“A Primavera bulia em toda a parte, no ar lá em cima, por baixo da terra e em redor, impregnando também a escura e humilde casinha do Toupeira com aquele seu espírito de sagrada e ansiosa inquietação.”, In “O Vento nos Salgueiros”, Kenneth Grahame (1908)
Anabela Borges
Há um arrepio de vozes que assalta o ar fresco da manhã. Maio leva o tempo adiantado no calendário, mas os tempos não estão para brincadeiras, e nem o tempo está.
Há um vazio que nenhuma voz pode preencher e há um vento frio que levanta tudo à sua passagem, dá desconforto e desgosto.

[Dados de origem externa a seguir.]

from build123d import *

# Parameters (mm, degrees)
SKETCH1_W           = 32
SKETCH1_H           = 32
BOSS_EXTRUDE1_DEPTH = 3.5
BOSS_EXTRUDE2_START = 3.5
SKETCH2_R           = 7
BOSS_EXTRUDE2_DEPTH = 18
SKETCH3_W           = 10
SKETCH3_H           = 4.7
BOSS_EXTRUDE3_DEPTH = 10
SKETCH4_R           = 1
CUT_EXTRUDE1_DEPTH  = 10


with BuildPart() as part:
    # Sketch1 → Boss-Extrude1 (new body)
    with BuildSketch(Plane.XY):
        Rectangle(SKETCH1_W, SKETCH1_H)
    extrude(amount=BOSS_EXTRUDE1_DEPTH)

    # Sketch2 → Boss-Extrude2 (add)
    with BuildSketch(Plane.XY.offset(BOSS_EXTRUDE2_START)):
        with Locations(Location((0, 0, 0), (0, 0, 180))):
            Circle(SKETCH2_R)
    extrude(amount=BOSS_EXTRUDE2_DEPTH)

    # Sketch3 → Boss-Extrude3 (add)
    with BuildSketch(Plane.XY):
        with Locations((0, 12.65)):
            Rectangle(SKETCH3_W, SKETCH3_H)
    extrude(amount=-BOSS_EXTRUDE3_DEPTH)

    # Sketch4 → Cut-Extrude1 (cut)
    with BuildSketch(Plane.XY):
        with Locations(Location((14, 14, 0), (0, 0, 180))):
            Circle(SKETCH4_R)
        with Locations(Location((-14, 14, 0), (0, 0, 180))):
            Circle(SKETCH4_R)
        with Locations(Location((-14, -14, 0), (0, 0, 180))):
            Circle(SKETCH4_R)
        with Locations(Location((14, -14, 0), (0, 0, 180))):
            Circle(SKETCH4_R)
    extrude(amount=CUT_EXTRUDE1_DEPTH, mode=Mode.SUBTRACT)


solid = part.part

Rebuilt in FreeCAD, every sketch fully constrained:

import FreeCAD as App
import Part
import Sketcher
Q = App.Units.Quantity


def add_polygon(sketch, points):
    """Adds a closed chain of lines whose ends are joined by coincident constraints."""
    first, n = sketch.GeometryCount, len(points)
    for a, b in zip(points, points[1:] + points[:1]):
        sketch.addGeometry(Part.LineSegment(App.Vector(*a, 0), App.Vector(*b, 0)), False)
    for i in range(n):
        sketch.addConstraint(Sketcher.Constraint("Coincident", first + i, 2, first + (i + 1) % n, 1))

doc = App.newDocument("Part")
body = doc.addObject("PartDesign::Body", "Body")

sketch1 = body.newObject("Sketcher::SketchObject", "Sketch")
sketch1.AttachmentSupport = (doc.getObject("XY_Plane"), [""])
sketch1.MapMode = "FlatFace"
add_polygon(sketch1, [(-16, 16), (-16, -16), (16, -16), (16, 16)])
sketch1.addConstraint([
    Sketcher.Constraint("Vertical", 0),
    Sketcher.Constraint("Horizontal", 1),
    Sketcher.Constraint("Vertical", 2),
    Sketcher.Constraint("Horizontal", 3),
    Sketcher.Constraint("Symmetric", 0, 2, 2, 2, -1, 1),
    Sketcher.Constraint("Equal", 3, 0),
    Sketcher.Constraint("DistanceX", 1, 1, 1, 2, Q("32 mm")),
])
pad1 = body.newObject("PartDesign::Pad", "Pad")
pad1.Profile = sketch1
pad1.Length = 3.5

sketch2 = body.newObject("Sketcher::SketchObject", "Sketch001")
sketch2.AttachmentSupport = (doc.getObject("XY_Plane"), [""])
sketch2.MapMode = "FlatFace"
sketch2.AttachmentOffset = App.Placement(App.Vector(0, 0, 3.5), App.Rotation())
sketch2.addGeometry(Part.Circle(App.Vector(0, 0, 0), App.Vector(0, 0, 1), 7), False)
sketch2.addConstraint([
    Sketcher.Constraint("Coincident", 0, 3, -1, 1),
    Sketcher.Constraint("Diameter", 0, Q("14 mm")),
])
pad2 = body.newObject("PartDesign::Pad", "Pad001")
pad2.Profile = sketch2
pad2.Length = 18

sketch3 = body.newObject("Sketcher::SketchObject", "Sketch002")
sketch3.AttachmentSupport = (doc.getObject("XY_Plane"), [""])
sketch3.MapMode = "FlatFace"
add_polygon(sketch3, [(-5, 15), (-5, 10.3), (5, 10.3), (5, 15)])
sketch3.addConstraint([
    Sketcher.Constraint("Vertical", 0),
    Sketcher.Constraint("Horizontal", 1),
    Sketcher.Constraint("Vertical", 2),
    Sketcher.Constraint("Horizontal", 3),
    Sketcher.Constraint("DistanceX", 1, 1, 1, 2, Q("10 mm")),
    Sketcher.Constraint("DistanceY", 0, 2, 0, 1, Q("4.7 mm")),
    Sketcher.Constraint("DistanceX", 0, 2, -1, 1, Q("5 mm")),
    Sketcher.Constraint("DistanceY", -1, 1, 2, 2, Q("15 mm")),
])
pad3 = body.newObject("PartDesign::Pad", "Pad002")
pad3.Profile = sketch3
pad3.Length = 10
pad3.Reversed = True

sketch4 = body.newObject("Sketcher::SketchObject", "Sketch003")
sketch4.AttachmentSupport = (doc.getObject("XY_Plane"), [""])
sketch4.MapMode = "FlatFace"
sketch4.addGeometry([
    Part.Circle(App.Vector(14, 14, 0), App.Vector(0, 0, 1), 1),
    Part.Circle(App.Vector(-14, 14, 0), App.Vector(0, 0, 1), 1),
    Part.Circle(App.Vector(-14, -14, 0), App.Vector(0, 0, 1), 1),
    Part.Circle(App.Vector(14, -14, 0), App.Vector(0, 0, 1), 1),
], False)
sketch4.addConstraint([
    Sketcher.Constraint("Equal", 0, 1),
    Sketcher.Constraint("Equal", 1, 2),
    Sketcher.Constraint("Equal", 2, 3),
    Sketcher.Constraint("Symmetric", 0, 3, 2, 3, -1, 1),
    Sketcher.Constraint("Symmetric", 1, 3, 3, 3, -1, 1),
    Sketcher.Constraint("Symmetric", 0, 3, 1, 3, -2),
    Sketcher.Constraint("Diameter", 0, Q("2 mm")),
    Sketcher.Constraint("DistanceX", -1, 1, 0, 3, Q("14 mm")),
    Sketcher.Constraint("DistanceY", -1, 1, 0, 3, Q("14 mm")),
])
pocket1 = body.newObject("PartDesign::Pocket", "Pocket")
pocket1.Profile = sketch4
pocket1.Length = 10
pocket1.Reversed = True

doc.recompute()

É domingo. Misturam-se vozes e sons que nem sempre acontecem nos outros dias da semana. São vozes de quem se pode demorar um pouco mais ao rés da casa e quer entreter-se em afazeres diferentes, com arranjos no jardim ou na cerca ou no portão. O vento vem e transporta essas vozes e esses sons, fazendo-os um bolo de ruído difícil de decifrar. Apenas diferente dos outros dias.

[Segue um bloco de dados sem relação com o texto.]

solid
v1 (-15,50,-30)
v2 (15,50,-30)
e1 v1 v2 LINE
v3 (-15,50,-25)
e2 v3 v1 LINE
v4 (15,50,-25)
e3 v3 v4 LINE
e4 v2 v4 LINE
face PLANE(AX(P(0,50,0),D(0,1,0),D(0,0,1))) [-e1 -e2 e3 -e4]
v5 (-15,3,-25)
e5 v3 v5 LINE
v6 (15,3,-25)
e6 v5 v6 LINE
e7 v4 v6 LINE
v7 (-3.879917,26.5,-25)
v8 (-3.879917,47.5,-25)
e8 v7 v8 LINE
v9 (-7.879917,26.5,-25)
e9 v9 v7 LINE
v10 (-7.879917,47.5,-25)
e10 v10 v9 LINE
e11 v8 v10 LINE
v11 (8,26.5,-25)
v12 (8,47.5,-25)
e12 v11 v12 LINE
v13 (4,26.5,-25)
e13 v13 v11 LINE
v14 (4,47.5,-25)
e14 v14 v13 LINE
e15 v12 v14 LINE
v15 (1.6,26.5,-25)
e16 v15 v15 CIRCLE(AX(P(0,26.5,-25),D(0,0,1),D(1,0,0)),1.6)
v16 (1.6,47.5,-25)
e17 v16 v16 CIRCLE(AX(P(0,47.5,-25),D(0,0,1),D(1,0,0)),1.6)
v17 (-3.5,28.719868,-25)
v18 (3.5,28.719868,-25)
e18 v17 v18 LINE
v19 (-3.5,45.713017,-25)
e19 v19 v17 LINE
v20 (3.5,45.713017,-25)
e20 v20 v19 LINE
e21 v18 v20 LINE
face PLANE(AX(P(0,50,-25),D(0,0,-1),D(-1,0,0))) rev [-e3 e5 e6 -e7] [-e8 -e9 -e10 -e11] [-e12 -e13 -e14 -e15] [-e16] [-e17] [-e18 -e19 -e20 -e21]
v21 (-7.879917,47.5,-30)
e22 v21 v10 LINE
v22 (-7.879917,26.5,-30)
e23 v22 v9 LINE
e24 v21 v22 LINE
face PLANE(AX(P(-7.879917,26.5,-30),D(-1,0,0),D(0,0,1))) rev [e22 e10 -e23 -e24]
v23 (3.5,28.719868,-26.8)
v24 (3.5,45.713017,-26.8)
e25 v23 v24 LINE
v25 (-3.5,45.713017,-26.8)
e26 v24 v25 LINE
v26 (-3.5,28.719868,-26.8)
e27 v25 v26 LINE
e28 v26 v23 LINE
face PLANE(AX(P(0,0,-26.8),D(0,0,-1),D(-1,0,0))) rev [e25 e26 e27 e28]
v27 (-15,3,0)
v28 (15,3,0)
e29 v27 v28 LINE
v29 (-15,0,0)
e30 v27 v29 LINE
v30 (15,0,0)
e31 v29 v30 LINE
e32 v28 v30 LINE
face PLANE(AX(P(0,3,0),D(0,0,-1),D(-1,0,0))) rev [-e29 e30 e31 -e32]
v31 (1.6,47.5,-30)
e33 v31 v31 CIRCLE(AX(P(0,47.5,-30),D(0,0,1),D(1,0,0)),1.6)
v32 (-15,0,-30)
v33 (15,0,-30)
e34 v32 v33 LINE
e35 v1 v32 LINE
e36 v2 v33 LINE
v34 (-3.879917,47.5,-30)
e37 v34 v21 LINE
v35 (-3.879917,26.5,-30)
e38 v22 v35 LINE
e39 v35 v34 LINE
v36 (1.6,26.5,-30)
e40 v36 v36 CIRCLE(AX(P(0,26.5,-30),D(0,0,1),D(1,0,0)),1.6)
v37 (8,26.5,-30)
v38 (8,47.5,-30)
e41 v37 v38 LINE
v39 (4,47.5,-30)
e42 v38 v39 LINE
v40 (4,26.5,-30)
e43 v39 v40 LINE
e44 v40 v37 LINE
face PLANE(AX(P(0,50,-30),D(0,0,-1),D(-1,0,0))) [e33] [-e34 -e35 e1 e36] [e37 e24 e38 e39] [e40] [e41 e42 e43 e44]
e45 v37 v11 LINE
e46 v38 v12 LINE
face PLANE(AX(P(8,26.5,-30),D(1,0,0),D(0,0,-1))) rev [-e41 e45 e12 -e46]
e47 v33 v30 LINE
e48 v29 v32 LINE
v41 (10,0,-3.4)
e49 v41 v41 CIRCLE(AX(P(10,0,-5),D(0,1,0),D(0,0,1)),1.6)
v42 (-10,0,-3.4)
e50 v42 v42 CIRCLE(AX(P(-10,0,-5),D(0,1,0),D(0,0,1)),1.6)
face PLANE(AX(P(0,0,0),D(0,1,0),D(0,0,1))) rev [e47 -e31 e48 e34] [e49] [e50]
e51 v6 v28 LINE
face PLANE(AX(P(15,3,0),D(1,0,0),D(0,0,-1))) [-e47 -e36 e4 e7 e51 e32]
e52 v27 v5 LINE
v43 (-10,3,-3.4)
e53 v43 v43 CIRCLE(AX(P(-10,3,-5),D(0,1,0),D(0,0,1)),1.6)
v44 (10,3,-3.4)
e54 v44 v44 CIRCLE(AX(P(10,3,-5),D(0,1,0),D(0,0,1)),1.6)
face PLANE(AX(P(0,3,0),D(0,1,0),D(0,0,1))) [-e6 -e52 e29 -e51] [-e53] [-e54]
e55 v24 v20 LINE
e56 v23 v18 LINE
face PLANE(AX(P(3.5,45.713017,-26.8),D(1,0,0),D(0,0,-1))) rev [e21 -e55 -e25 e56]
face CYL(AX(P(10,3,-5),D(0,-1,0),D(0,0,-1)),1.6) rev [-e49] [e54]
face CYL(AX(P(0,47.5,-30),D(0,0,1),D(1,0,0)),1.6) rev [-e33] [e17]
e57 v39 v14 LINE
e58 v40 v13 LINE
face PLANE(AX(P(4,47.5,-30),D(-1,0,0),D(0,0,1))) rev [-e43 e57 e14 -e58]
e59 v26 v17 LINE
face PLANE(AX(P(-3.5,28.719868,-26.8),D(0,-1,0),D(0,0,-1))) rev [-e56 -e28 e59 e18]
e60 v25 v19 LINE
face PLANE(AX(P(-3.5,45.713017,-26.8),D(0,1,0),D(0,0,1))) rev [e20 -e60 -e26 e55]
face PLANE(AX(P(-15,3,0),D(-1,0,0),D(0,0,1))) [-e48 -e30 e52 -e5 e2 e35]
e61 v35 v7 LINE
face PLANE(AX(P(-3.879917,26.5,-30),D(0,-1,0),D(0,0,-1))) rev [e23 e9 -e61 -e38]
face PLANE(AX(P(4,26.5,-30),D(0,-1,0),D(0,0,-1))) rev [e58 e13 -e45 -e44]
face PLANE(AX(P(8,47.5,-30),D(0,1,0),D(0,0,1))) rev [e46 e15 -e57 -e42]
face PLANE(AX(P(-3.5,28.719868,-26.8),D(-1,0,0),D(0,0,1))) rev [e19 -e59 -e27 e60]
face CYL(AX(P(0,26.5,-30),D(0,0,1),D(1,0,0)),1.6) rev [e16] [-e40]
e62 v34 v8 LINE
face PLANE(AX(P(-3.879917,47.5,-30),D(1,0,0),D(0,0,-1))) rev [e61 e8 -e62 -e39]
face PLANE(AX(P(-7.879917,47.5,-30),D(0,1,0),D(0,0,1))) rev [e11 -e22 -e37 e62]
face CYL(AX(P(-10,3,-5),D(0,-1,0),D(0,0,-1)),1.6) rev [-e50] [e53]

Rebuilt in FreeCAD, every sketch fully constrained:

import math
import FreeCAD as App
import Part
import Sketcher
Q = App.Units.Quantity


def add_polygon(sketch, points):
    """Adds a closed chain of lines whose ends are joined by coincident constraints."""
    first, n = sketch.GeometryCount, len(points)
    for a, b in zip(points, points[1:] + points[:1]):
        sketch.addGeometry(Part.LineSegment(App.Vector(*a, 0), App.Vector(*b, 0)), False)
    for i in range(n):
        sketch.addConstraint(Sketcher.Constraint("Coincident", first + i, 2, first + (i + 1) % n, 1))

doc = App.newDocument("Part")
body = doc.addObject("PartDesign::Body", "Body")

# Sketch on XZ plane
sketch1 = body.newObject("Sketcher::SketchObject", "Sketch")
sketch1.AttachmentSupport = (doc.getObject("XZ_Plane"), [""])
sketch1.MapMode = "FlatFace"
add_polygon(sketch1, [(15, 0), (15, -25), (-15, -25), (-15, 0)])  # lines 0-3
sketch1.addGeometry(Part.Circle(App.Vector(-10, -5, 0), App.Vector(0, 0, 1), 1.6), False)  # 4
sketch1.addGeometry(Part.ArcOfCircle(Part.Circle(App.Vector(10, -5, 0), App.Vector(0, 0, 1), 1.6), math.radians(-90), math.radians(0)), False)  # 5
sketch1.addGeometry(Part.ArcOfCircle(Part.Circle(App.Vector(10, -5, 0), App.Vector(0, 0, 1), 1.6), math.radians(0), math.radians(270)), False)  # 6
sketch1.addConstraint(Sketcher.Constraint("Tangent", 5, 1, 6, 2))
sketch1.addConstraint(Sketcher.Constraint("Coincident", 6, 1, 5, 2))
sketch1.addConstraint(Sketcher.Constraint("Vertical", 0))
sketch1.addConstraint(Sketcher.Constraint("Horizontal", 1))
sketch1.addConstraint(Sketcher.Constraint("Vertical", 2))
sketch1.addConstraint(Sketcher.Constraint("Horizontal", 3))
sketch1.addConstraint(Sketcher.Constraint("Equal", 4, 5))
sketch1.addConstraint(Sketcher.Constraint("Symmetric", 2, 2, 3, 2, -1, 1))
sketch1.addConstraint(Sketcher.Constraint("Symmetric", 4, 3, 5, 3, -2))
sketch1.addConstraint(Sketcher.Constraint("Horizontal", 5, 3, 6, 1))
sketch1.addConstraint(Sketcher.Constraint("Vertical", 6, 3, 5, 1))
sketch1.addConstraint(Sketcher.Constraint("Diameter", 4, Q("3.2 mm")))
sketch1.addConstraint(Sketcher.Constraint("DistanceX", 1, 2, 1, 1, Q("30 mm")))
sketch1.addConstraint(Sketcher.Constraint("DistanceY", 0, 2, 0, 1, Q("25 mm")))
sketch1.addConstraint(Sketcher.Constraint("DistanceX", 4, 3, -1, 1, Q("10 mm")))
sketch1.addConstraint(Sketcher.Constraint("DistanceY", 4, 3, -1, 1, Q("5 mm")))
pad1 = body.newObject("PartDesign::Pad", "Pad")
pad1.Profile = sketch1
pad1.Length = 3
pad1.Reversed = True

# Sketch on XZ plane
sketch2 = body.newObject("Sketcher::SketchObject", "Sketch001")
sketch2.AttachmentSupport = (doc.getObject("XZ_Plane"), [""])
sketch2.MapMode = "FlatFace"
add_polygon(sketch2, [(15, -25), (15, -30), (-15, -30), (-15, -25)])  # lines 0-3
sketch2.addConstraint(Sketcher.Constraint("Vertical", 0))
sketch2.addConstraint(Sketcher.Constraint("Horizontal", 1))
sketch2.addConstraint(Sketcher.Constraint("Vertical", 2))
sketch2.addConstraint(Sketcher.Constraint("Horizontal", 3))
sketch2.addConstraint(Sketcher.Constraint("DistanceX", 1, 2, 1, 1, Q("30 mm")))
sketch2.addConstraint(Sketcher.Constraint("DistanceY", 0, 2, 0, 1, Q("5 mm")))
sketch2.addConstraint(Sketcher.Constraint("DistanceX", -1, 1, 0, 2, Q("15 mm")))
sketch2.addConstraint(Sketcher.Constraint("DistanceY", 0, 2, -1, 1, Q("30 mm")))
pad2 = body.newObject("PartDesign::Pad", "Pad001")
pad2.Profile = sketch2
pad2.Length = 50
pad2.Reversed = True

# Sketch on XY plane
sketch3 = body.newObject("Sketcher::SketchObject", "Sketch002")
sketch3.AttachmentSupport = (doc.getObject("XY_Plane"), [""])
sketch3.MapMode = "FlatFace"
sketch3.AttachmentOffset = App.Placement(App.Vector(0, 0, -25), App.Rotation())
sketch3.addGeometry(Part.Circle(App.Vector(0, 47.5, 0), App.Vector(0, 0, 1), 1.6), False)  # 0
sketch3.addGeometry(Part.Circle(App.Vector(0, 26.5, 0), App.Vector(0, 0, 1), 1.6), False)  # 1
add_polygon(sketch3, [(4, 47.5), (4, 26.5), (8, 26.5), (8, 47.5)])  # lines 2-5
add_polygon(sketch3, [(-7.9, 47.5), (-7.9, 26.5), (-3.9, 26.5), (-3.9, 47.5)])  # lines 6-9
sketch3.addConstraint(Sketcher.Constraint("Vertical", 2))
sketch3.addConstraint(Sketcher.Constraint("Horizontal", 3))
sketch3.addConstraint(Sketcher.Constraint("Vertical", 4))
sketch3.addConstraint(Sketcher.Constraint("Horizontal", 5))
sketch3.addConstraint(Sketcher.Constraint("Vertical", 6))
sketch3.addConstraint(Sketcher.Constraint("Horizontal", 7))
sketch3.addConstraint(Sketcher.Constraint("Vertical", 8))
sketch3.addConstraint(Sketcher.Constraint("Horizontal", 9))
sketch3.addConstraint(Sketcher.Constraint("Equal", 0, 1))
sketch3.addConstraint(Sketcher.Constraint("PointOnObject", 0, 3, -2))
sketch3.addConstraint(Sketcher.Constraint("PointOnObject", 1, 3, -2))
sketch3.addConstraint(Sketcher.Constraint("Horizontal", 1, 3, 2, 2))
sketch3.addConstraint(Sketcher.Constraint("Horizontal", 0, 3, 4, 2))
sketch3.addConstraint(Sketcher.Constraint("Horizontal", 3, 2, 6, 2))
sketch3.addConstraint(Sketcher.Constraint("Horizontal", 5, 2, 8, 2))
sketch3.addConstraint(Sketcher.Constraint("Equal", 5, 7))
sketch3.addConstraint(Sketcher.Constraint("Diameter", 0, Q("3.2 mm")))
sketch3.addConstraint(Sketcher.Constraint("DistanceX", 3, 1, 3, 2, Q("4 mm")))
sketch3.addConstraint(Sketcher.Constraint("DistanceY", 2, 2, 2, 1, Q("21 mm")))
sketch3.addConstraint(Sketcher.Constraint("DistanceX", -1, 1, 2, 2, Q("4 mm")))
sketch3.addConstraint(Sketcher.Constraint("DistanceY", -1, 1, 0, 3, Q("47.5 mm")))
sketch3.addConstraint(Sketcher.Constraint("DistanceX", 6, 2, -1, 1, Q("7.879917 mm")))
pocket1 = body.newObject("PartDesign::Pocket", "Pocket")
pocket1.Profile = sketch3
pocket1.Type = "ThroughAll"

# Sketch on XY plane
sketch4 = body.newObject("Sketcher::SketchObject", "Sketch003")
sketch4.AttachmentSupport = (doc.getObject("XY_Plane"), [""])
sketch4.MapMode = "FlatFace"
sketch4.AttachmentOffset = App.Placement(App.Vector(0, 0, -25), App.Rotation())
add_polygon(sketch4, [(-4, 46), (-4, 29), (4, 29), (4, 46)])  # lines 0-3
sketch4.addConstraint(Sketcher.Constraint("Vertical", 0))
sketch4.addConstraint(Sketcher.Constraint("Horizontal", 1))
sketch4.addConstraint(Sketcher.Constraint("Vertical", 2))
sketch4.addConstraint(Sketcher.Constraint("Horizontal", 3))
sketch4.addConstraint(Sketcher.Constraint("DistanceX", 1, 1, 1, 2, Q("7 mm")))
sketch4.addConstraint(Sketcher.Constraint("DistanceX", 0, 2, -1, 1, Q("3.5 mm")))
sketch4.addConstraint(Sketcher.Constraint("DistanceY", 0, 2, 0, 1, Q("16.993149 mm")))
sketch4.addConstraint(Sketcher.Constraint("DistanceY", -1, 1, 0, 2, Q("28.719868 mm")))
pocket2 = body.newObject("PartDesign::Pocket", "Pocket001")
pocket2.Profile = sketch4
pocket2.Length = 1.8

doc.recompute()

E, no entanto, um rame-rame já habituado, em repetição há mais de um ano: um rame-rame frio, desconjuntado, tristonho, assustadiço… que é viver em tempos de pandemia.
Quando era criança, adorava assistir aos episódios de “O Vento nos Salgueiros”, em desenhos animados. Aquele mundo que dava uma vida especial aos bichos, ao Texugo, ao Rato D’ Água, ao Sapo, ao Sr. Toupeira – vidas que me pareciam tão verdadeiras como a minha própria vida, com propósitos, rotinas, coisas para fazer, objectivos a alcançar –, tudo aquilo era para mim tão real, que me enchia de atenção e de fascínio. Ver “O Vento nos Salgueiros”, ouvir tudo com atenção, deixar-me entrar naquele mundo, entrar dentro dos troncos das árvores, apreciar as ilustrações – tudo aquilo representava um momento de paragem para mim, pura ficção a fazer parar o meu mundo; o meu mundo deixava de existir para ser só aquele mundo, para ser tudo aquele mundo. Eu não queria que nada no meu mundo interrompesse aqueles momentos, então vivia de forma segura e plena a vida vivida em “O Vento nos Salgueiros”. Só muito mais tarde li o livro, numa bela edição com as ilustrações originais. E ao voltar ao livro, sonho com esse universo tão semelhante ao nosso, que me faz conectar ainda mais com a natureza do mundo, mas também com a natureza das coisas e das pessoas. Um destes dias, vou procurar, na Internet, aqueles episódios em desenhos animados que tantos ensinamentos me deram e tanto me fizeram sonhar. E continuam a fazer! – aquela Primavera ansiada que dava forças ao Sr. Toupeira para sair do seu longo sono de hibernação para a vida lá fora: (con)viver, explorar o mundo, aprender!
Porque hoje é domingo e há esse vento frio que sobe do rio, trespassa os salgueiros e faz-nos estremecer a alma de anseios e de incertezas. Mas faz-me lembrar “O Vento nos Salgueiros”: es.pe.ran.ça.